No BRAF mutations were detected, as previously reported in UM patients (Table 1).

We then evaluated whether mutational status could impact in vivo growth of patient tumors transplanted into mice. Overall, 52 samples (41 primary tumors and 11 metastases) xenografted into SCID mice were available for genetic analyzes. Among these samples, 22/41 primary tumors and 4/11 metastases were successfully grown after in vivo transplantation. As shown in Table 4S supplementary data, a significantly lower proportion of GNAQ‐mutated tumors were able to grow in mice (p < 10−3) and, inversely, a significantly higher proportion of GNA11‐mutated tumors were able to grow after in vivo transplantation (p < 0.05). No correlation was observed between the capacity of tumors to grow in immunodeficient mice and their mutational status of BAP1 (Table 4S supplementary data).

3.2. Genomic alterations

Thirty‐five uveal melanoma samples were analyzed on SNP arrays, including 12 patient tumors (7 ocular tumors and 5 liver metastases) and 23 corresponding xenografts at several passages in mice (10 at very early, 8 at early and 5 at late in vivo passages) (see Table 1S for details on analyzed samples). Among all these tumor samples, detection of copy number alterations revealed that 18 tumors (51%) presented a loss of chromosome 1p, 22 tumors (63%) a gain of 1q, 26 tumors (74%) a loss of 3, 16 tumors (46%) a gain of 6p, 27 tumors (77%) a loss of 6q, 30 tumors (86%) a gain of entire 8q and 4 with a partial gain of 8q, and 16 tumors (46%) a loss of 16q. These genomic profiles revealed an overrepresentation (10/15) of high risk tumors (also called “class 2”). When considering tumors according to their origin (primary ocular tumors or liver metastases), 2/10 models from primary tumors and 2/5 models from metastases are considered less aggressive based on their genomic profiles.

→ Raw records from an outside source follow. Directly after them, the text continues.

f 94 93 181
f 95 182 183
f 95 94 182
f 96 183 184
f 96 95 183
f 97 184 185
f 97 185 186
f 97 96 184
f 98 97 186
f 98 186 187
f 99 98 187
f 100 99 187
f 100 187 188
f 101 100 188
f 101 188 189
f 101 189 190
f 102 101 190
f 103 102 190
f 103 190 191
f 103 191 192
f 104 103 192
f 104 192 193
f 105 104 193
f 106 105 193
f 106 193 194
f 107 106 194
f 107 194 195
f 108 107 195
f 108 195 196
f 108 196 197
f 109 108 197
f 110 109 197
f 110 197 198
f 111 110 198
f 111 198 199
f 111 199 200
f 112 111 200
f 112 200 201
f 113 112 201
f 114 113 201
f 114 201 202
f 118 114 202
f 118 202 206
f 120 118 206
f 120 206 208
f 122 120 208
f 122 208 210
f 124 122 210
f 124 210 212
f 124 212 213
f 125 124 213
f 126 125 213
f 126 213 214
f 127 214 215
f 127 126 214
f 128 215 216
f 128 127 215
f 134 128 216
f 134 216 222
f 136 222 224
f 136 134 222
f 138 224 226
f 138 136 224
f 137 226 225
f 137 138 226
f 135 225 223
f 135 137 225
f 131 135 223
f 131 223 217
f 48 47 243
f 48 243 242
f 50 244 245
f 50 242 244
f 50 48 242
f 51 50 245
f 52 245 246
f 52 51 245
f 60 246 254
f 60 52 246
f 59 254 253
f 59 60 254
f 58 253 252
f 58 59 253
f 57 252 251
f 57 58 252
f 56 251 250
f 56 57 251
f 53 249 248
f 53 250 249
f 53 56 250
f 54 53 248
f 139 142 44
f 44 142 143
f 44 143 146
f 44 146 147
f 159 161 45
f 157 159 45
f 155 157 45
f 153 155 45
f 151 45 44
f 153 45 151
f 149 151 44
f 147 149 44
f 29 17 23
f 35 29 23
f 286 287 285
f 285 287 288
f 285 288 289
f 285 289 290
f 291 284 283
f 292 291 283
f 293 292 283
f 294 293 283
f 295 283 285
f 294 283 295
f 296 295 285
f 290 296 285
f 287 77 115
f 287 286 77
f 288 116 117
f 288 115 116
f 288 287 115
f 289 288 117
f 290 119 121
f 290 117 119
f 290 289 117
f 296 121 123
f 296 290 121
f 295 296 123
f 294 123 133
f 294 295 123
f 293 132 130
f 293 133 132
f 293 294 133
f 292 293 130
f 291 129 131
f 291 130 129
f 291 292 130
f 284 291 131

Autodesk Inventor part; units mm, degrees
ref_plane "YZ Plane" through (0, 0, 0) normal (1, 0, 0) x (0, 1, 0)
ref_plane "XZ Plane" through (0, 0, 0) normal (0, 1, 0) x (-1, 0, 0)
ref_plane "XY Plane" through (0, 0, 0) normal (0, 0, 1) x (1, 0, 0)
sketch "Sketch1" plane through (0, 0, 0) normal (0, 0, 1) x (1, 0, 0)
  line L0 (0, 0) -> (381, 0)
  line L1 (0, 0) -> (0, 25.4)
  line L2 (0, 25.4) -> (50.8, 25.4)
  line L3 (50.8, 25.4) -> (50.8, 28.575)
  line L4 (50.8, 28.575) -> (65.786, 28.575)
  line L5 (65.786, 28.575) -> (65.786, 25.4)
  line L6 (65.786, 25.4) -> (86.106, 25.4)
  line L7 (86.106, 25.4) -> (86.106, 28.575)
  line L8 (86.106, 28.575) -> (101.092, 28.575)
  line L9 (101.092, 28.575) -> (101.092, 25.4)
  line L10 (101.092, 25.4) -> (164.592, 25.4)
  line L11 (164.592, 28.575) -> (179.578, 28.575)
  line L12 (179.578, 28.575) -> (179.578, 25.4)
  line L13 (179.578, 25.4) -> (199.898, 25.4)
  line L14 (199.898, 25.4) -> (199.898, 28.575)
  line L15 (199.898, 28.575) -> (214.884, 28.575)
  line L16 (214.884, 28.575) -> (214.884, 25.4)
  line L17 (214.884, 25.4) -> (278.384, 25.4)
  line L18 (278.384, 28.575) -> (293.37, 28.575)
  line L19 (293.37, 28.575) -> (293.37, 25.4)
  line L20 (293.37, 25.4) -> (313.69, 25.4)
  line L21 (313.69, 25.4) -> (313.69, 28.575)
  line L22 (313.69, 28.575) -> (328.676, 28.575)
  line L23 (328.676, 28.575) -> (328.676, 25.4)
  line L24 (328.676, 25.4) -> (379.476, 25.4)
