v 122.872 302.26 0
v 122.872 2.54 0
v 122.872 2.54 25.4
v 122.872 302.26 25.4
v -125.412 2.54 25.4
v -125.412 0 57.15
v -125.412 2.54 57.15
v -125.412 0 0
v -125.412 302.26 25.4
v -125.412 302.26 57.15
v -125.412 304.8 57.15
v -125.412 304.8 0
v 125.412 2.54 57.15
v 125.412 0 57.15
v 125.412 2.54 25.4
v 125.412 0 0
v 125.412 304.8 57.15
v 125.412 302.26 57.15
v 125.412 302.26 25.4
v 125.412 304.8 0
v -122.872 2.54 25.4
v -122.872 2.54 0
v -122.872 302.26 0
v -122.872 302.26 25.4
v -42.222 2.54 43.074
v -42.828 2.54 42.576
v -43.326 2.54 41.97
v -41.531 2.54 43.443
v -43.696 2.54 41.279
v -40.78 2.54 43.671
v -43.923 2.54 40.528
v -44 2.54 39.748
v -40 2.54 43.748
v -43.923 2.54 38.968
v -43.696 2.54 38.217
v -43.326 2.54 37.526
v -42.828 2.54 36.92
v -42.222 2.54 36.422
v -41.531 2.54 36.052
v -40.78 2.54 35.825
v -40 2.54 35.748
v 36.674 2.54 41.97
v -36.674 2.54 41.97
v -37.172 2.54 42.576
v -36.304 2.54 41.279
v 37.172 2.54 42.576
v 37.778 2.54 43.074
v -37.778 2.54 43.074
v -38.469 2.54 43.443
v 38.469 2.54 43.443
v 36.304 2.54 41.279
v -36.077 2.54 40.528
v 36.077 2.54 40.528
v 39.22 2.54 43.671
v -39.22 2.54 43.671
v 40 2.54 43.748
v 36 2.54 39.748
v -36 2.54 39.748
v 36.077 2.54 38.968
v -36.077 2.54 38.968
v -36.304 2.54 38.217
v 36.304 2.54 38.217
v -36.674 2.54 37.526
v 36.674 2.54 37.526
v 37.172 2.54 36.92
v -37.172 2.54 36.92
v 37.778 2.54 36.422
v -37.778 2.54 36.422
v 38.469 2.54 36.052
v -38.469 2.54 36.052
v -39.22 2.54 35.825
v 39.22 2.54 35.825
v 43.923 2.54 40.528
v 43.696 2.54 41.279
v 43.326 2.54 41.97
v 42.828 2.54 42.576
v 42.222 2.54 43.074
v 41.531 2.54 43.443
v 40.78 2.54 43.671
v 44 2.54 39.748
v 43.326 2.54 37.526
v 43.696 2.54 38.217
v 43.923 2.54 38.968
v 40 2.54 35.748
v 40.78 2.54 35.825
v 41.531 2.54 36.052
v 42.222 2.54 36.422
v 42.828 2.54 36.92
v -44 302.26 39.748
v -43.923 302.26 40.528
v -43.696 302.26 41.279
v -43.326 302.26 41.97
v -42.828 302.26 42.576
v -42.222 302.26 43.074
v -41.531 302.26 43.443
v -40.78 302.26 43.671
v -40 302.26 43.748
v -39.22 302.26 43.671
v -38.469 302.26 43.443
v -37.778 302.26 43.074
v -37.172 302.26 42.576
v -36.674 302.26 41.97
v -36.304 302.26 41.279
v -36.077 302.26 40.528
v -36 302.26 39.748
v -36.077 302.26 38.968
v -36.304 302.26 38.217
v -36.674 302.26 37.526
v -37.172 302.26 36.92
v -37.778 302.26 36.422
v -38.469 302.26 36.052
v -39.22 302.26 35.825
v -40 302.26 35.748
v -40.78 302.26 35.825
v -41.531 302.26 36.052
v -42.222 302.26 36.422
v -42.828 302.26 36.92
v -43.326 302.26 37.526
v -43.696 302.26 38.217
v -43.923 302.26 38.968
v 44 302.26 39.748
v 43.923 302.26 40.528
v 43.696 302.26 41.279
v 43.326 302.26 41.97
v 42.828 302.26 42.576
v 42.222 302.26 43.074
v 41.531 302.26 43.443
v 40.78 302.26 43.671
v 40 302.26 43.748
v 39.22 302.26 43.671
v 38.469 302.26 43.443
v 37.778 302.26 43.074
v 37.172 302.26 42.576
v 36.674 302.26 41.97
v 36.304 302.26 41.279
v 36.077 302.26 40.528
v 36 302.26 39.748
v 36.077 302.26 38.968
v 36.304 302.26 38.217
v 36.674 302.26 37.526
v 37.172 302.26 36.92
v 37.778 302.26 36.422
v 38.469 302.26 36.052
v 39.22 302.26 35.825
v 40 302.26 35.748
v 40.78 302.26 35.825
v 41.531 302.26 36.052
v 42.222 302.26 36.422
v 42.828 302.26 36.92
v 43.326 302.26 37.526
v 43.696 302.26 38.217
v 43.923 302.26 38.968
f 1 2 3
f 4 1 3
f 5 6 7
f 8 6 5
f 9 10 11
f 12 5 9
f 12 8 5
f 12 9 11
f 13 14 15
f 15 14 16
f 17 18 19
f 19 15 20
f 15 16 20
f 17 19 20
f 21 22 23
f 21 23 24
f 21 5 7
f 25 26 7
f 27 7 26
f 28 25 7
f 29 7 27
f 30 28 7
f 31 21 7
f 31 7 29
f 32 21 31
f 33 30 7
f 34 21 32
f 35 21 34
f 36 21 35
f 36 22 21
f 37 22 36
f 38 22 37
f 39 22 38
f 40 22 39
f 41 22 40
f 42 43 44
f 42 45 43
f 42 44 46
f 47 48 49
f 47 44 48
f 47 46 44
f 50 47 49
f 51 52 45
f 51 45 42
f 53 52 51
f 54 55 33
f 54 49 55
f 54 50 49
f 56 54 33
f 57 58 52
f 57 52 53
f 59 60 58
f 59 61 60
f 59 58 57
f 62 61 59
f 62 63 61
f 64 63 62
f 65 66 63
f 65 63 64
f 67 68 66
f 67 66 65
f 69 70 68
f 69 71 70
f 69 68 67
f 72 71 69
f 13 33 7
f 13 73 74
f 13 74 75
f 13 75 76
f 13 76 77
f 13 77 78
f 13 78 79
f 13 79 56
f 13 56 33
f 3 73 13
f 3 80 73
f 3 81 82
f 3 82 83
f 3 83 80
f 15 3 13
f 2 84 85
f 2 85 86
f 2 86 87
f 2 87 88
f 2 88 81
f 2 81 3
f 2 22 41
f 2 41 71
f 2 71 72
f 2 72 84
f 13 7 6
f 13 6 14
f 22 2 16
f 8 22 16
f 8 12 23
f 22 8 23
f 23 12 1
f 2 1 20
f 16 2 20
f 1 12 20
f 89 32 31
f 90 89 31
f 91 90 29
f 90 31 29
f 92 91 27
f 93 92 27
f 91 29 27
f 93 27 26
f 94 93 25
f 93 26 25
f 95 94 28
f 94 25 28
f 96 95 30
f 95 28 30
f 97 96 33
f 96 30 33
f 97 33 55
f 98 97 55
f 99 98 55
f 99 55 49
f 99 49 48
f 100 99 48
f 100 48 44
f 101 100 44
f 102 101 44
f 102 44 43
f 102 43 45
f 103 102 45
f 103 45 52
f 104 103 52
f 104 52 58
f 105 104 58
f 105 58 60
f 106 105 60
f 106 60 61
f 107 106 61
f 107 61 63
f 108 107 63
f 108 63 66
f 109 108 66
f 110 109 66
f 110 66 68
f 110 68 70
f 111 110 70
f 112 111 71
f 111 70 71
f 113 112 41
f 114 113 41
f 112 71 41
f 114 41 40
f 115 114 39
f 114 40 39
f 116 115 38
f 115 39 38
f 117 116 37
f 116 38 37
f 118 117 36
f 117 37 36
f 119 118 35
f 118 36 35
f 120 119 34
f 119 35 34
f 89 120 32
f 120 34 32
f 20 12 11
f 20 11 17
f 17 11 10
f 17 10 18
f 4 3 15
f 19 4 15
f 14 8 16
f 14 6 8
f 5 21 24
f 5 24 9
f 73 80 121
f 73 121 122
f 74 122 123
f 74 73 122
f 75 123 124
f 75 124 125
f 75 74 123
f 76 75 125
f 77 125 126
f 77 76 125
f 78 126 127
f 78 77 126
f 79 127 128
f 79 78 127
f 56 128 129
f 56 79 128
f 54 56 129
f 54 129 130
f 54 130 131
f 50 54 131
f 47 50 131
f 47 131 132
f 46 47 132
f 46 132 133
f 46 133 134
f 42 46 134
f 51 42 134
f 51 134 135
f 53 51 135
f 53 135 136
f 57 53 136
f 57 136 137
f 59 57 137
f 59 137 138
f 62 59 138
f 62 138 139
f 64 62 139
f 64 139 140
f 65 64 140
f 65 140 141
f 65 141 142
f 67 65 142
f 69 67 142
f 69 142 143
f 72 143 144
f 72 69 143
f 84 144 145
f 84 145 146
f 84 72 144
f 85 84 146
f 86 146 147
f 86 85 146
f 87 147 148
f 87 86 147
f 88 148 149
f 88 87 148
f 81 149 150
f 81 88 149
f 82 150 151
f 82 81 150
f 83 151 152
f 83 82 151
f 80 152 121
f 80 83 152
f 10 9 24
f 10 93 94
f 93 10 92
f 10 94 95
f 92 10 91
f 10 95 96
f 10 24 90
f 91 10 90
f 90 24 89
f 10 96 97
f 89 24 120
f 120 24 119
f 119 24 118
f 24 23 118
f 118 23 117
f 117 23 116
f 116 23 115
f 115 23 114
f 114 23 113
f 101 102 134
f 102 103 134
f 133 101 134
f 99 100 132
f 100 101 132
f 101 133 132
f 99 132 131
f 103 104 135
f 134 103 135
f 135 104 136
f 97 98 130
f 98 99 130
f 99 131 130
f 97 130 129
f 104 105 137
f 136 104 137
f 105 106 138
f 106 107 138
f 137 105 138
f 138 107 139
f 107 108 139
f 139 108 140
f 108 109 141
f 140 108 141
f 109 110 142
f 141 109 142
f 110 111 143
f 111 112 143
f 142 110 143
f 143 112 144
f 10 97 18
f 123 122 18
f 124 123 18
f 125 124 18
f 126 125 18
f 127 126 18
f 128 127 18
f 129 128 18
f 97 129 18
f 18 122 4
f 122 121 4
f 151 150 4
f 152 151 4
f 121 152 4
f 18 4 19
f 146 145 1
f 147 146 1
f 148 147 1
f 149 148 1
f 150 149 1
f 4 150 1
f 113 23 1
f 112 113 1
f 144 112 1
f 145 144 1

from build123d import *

# Parameters (mm, degrees)
F1_W     = 250.825
F1_H     = 2.54
F2_DEPTH = 57.15
F3_W     = 2.54
F3_H     = 25.4
F4_DEPTH = 302.26
F6_R     = 4
F7_DEPTH = 302.26


with BuildPart() as f2:
    # F1 (on Top) → F2 (new body)
    with BuildSketch(Plane.XY):
        with Locations((0, 1.27)):
            Rectangle(F1_W, F1_H)
        with Locations((0, 303.53)):
            Rectangle(F1_W, F1_H)
    extrude(amount=F2_DEPTH)

    # F6 (on Front) → F7 (join, through all)
    with BuildSketch(Plane.XZ):
        with Locations((40, 39.747968)):
            Circle(F6_R)
    extrude(amount=-F7_DEPTH)



with BuildPart() as f4:
    # F3 (on Front) → F4 (new body, through all)
    with BuildSketch(Plane.XZ):
        with Locations((124.1425, 12.7)):
            Rectangle(F3_W, F3_H)
    extrude(amount=-F4_DEPTH)


with BuildPart() as f5_1:
    # F5: instance of F4
    add(f4.part.mirror(Plane.YZ))


with BuildPart() as f2_1:
    add(f2.part)

    add(f4.part)  # F8 merges F4

    add(f5_1.part)  # F8 merges F5_1
    # F8: F2 across plane


with BuildPart() as f2_2:
    add(f2_1.part)
    add(f2_1.part.mirror(Plane.YZ))


solid = f2_2.part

As indicated above, one of the primary objectives of this study was to evaluate the genomic stability of tumors during the in vivo transplantation process of human UM and the in vivo maintenance of UM xenografts. The observed alterations in 12 models for which patient tumors (Figure 1A) and corresponding xenografts (Figure 1B) are available suggest a high level of conservation of genomic profiles. Chromosomes frequently altered in up to 50% of cases in patient's tumors, i.e. chromosomes 1, 3, 6, 8, and 16, are the same than in corresponding xenografts. The comparison of the frequency of alterations shows that xenografts have the same DNA damages as the patient's tumors but with higher frequencies, probably due to clonal selection occurring during the passages in mice.

Figure 1.

Figure 1

Frequency of chromosomal alterations observed in 12 patient tumors (A) and corresponding xenografts (B). The values correspond to the percentages of gained and lost segments identified. Red: gain. Green: loss. More than one half of tumors presented known high‐risk alterations such as Loss 1p, Loss 3, and Gain 8q.

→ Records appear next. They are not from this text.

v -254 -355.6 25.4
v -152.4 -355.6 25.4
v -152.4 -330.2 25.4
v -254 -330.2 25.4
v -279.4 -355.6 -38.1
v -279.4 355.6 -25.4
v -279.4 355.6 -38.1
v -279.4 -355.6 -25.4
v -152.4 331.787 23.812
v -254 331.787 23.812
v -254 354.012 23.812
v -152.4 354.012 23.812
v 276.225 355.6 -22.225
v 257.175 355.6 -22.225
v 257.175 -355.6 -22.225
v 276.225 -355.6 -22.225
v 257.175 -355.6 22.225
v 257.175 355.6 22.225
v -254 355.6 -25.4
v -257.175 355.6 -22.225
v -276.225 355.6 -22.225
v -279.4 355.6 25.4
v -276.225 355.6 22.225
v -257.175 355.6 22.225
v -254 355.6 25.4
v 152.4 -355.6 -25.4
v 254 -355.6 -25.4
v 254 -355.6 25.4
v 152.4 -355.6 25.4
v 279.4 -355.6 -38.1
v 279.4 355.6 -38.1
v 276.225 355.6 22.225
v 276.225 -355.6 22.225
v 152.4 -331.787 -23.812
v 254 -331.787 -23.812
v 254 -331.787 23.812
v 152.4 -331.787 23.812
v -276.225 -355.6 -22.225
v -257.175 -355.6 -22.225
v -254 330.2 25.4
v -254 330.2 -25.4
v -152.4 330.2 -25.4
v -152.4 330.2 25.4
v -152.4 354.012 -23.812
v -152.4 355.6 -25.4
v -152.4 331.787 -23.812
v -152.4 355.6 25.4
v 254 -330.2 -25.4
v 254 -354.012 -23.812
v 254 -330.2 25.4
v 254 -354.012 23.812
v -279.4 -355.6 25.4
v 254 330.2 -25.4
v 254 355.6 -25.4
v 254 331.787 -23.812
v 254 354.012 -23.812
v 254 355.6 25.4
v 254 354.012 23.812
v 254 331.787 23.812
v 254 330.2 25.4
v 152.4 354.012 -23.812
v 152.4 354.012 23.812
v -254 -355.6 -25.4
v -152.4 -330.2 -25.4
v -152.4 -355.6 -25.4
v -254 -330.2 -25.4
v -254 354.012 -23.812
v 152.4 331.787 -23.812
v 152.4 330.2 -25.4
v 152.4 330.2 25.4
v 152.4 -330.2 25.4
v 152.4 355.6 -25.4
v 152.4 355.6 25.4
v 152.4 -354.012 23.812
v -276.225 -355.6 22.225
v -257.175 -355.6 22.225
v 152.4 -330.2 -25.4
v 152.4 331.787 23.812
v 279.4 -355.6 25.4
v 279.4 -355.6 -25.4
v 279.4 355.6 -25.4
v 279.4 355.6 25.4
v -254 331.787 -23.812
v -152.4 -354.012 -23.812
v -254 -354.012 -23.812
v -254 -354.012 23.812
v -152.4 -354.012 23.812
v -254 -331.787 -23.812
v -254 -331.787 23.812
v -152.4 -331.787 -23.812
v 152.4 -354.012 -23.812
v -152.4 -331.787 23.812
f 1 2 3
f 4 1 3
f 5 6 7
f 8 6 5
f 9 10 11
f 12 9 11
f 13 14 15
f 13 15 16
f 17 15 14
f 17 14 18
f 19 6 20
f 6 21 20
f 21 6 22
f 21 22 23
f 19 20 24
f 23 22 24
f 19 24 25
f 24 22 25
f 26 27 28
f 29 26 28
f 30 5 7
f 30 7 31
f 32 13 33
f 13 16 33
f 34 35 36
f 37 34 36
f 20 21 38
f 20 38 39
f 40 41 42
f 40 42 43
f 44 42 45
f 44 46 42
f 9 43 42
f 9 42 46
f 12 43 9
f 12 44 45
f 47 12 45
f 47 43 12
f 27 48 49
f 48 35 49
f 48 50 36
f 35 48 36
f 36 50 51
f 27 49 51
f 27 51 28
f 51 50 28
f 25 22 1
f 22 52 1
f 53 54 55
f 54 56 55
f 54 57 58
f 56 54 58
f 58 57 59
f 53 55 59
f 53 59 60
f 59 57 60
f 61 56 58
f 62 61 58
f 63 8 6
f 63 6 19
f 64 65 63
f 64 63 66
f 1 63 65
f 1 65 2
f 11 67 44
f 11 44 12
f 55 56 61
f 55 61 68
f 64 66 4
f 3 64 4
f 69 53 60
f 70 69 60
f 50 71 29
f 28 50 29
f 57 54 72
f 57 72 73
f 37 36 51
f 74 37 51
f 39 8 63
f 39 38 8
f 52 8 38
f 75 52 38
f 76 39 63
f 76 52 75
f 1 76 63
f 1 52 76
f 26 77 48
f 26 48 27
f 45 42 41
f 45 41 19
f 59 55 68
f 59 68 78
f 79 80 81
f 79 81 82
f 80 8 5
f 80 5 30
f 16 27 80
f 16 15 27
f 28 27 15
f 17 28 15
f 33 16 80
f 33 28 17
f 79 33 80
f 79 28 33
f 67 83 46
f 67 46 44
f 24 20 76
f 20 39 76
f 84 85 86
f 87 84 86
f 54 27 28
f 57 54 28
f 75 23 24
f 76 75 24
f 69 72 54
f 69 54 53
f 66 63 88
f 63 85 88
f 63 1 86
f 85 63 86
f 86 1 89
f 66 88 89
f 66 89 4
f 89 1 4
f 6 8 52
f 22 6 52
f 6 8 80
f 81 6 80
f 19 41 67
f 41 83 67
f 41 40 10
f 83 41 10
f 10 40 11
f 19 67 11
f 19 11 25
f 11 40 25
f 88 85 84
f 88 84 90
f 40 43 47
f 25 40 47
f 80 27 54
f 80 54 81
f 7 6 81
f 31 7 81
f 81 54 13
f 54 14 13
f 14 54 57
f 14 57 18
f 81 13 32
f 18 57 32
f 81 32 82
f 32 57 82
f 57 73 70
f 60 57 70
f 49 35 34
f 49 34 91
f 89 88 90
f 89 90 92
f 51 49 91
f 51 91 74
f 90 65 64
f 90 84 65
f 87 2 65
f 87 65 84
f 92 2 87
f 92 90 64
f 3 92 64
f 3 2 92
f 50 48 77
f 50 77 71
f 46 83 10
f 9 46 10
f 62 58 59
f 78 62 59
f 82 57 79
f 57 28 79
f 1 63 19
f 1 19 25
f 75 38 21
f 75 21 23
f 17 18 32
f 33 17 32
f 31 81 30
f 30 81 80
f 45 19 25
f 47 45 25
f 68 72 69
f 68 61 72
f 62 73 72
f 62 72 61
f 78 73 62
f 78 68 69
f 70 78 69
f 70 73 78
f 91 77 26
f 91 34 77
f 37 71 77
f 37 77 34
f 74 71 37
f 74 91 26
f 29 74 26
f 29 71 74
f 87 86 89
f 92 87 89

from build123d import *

# Parameters (mm, degrees)
F0_W          = 25.4
F0_H          = 50.8
F0_W_2        = 19.05
F0_H_2        = 44.45
F1_DEPTH      = 355.6
F1_DEPTH_BACK = 355.6
F2_W          = 558.8
F2_H          = 711.2
F3_DEPTH      = 12.7
F4_W          = 25.4
F4_H          = 50.8
F4_W_2        = 22.225
F4_H_2        = 47.625
F5_DEPTH      = 101.6
F6_W          = 25.4
F6_H          = 50.8
F6_W_2        = 22.225
F6_H_2        = 47.625
F7_DEPTH      = 101.6


with BuildPart() as f1:
    # F0 (on Front) → F1 (new body, two sides)
    with BuildSketch(Plane.XZ) as f1_sk:
        with Locations((-266.7, 0)):
            Rectangle(F0_W, F0_H)
        with Locations((-266.7, 0)):
            Rectangle(F0_W_2, F0_H_2, mode=Mode.SUBTRACT)
        with Locations((266.7, 0)):
            Rectangle(F0_W, F0_H)
        with Locations((266.7, 0)):
            Rectangle(F0_W_2, F0_H_2, mode=Mode.SUBTRACT)
    extrude(amount=F1_DEPTH)
    extrude(f1_sk.sketch, amount=-F1_DEPTH_BACK)


with BuildPart() as f3:
    # F2 (on face) → F3 (new body)
    with BuildSketch(Plane(origin=(0, 0, -25.4), x_dir=(1, 0, 0), z_dir=(0, 0, -1))):
        Rectangle(F2_W, F2_H)
    extrude(amount=F3_DEPTH)


with BuildPart() as f5:
    # F4 (on face) → F5 (new body)
    with BuildSketch(Plane(origin=(254, 0, 0), x_dir=(0, -1, 0), z_dir=(-1, 0, 0))):
        with Locations((-342.9, 0)):
            Rectangle(F4_W, F4_H)
        with Locations((-342.9, 0)):
            Rectangle(F4_W_2, F4_H_2, mode=Mode.SUBTRACT)
        with Locations((342.9, 0)):
            Rectangle(F4_W, F4_H)
        with Locations((342.9, 0)):
            Rectangle(F4_W_2, F4_H_2, mode=Mode.SUBTRACT)
    extrude(amount=F5_DEPTH)


with BuildPart() as f7:
    # F6 (on face) → F7 (new body)
    with BuildSketch(Plane.YZ.offset(-254)):
        with Locations((-342.9, 0)):
            Rectangle(F6_W, F6_H)
        with Locations((-342.9, 0)):
            Rectangle(F6_W_2, F6_H_2, mode=Mode.SUBTRACT)
        with Locations((342.9, 0)):
            Rectangle(F6_W, F6_H)
        with Locations((342.9, 0)):
            Rectangle(F6_W_2, F6_H_2, mode=Mode.SUBTRACT)
    extrude(amount=F7_DEPTH)


solid = Compound([f1.part, f3.part, f5.part, f7.part])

We could compare the genomic profiles of 4 models at late passage (P9), with the original patient tumors and we found a high level of conservation of genomic profiles. Given the long interval between the first and 9th passages (between 18 and 38 months), we can conclude on a high degree of genomic stability of these primary human UM xenografts (example for one model in Figure 1S, supplementary data).

To further evaluate the concordance between tumors, the correlation based on smoothened copy number value from our 35 samples was calculated. Comparison of the 12 patient tumors (primary tumors and metastases) and corresponding xenografts showed marked similarities, with a total correlation score of 0.89. This strong correlation per model is significantly higher than the correlation observed between all samples by study of correlation distributions with Kolmogorov–Smirnov test (p < 2.2e‐16).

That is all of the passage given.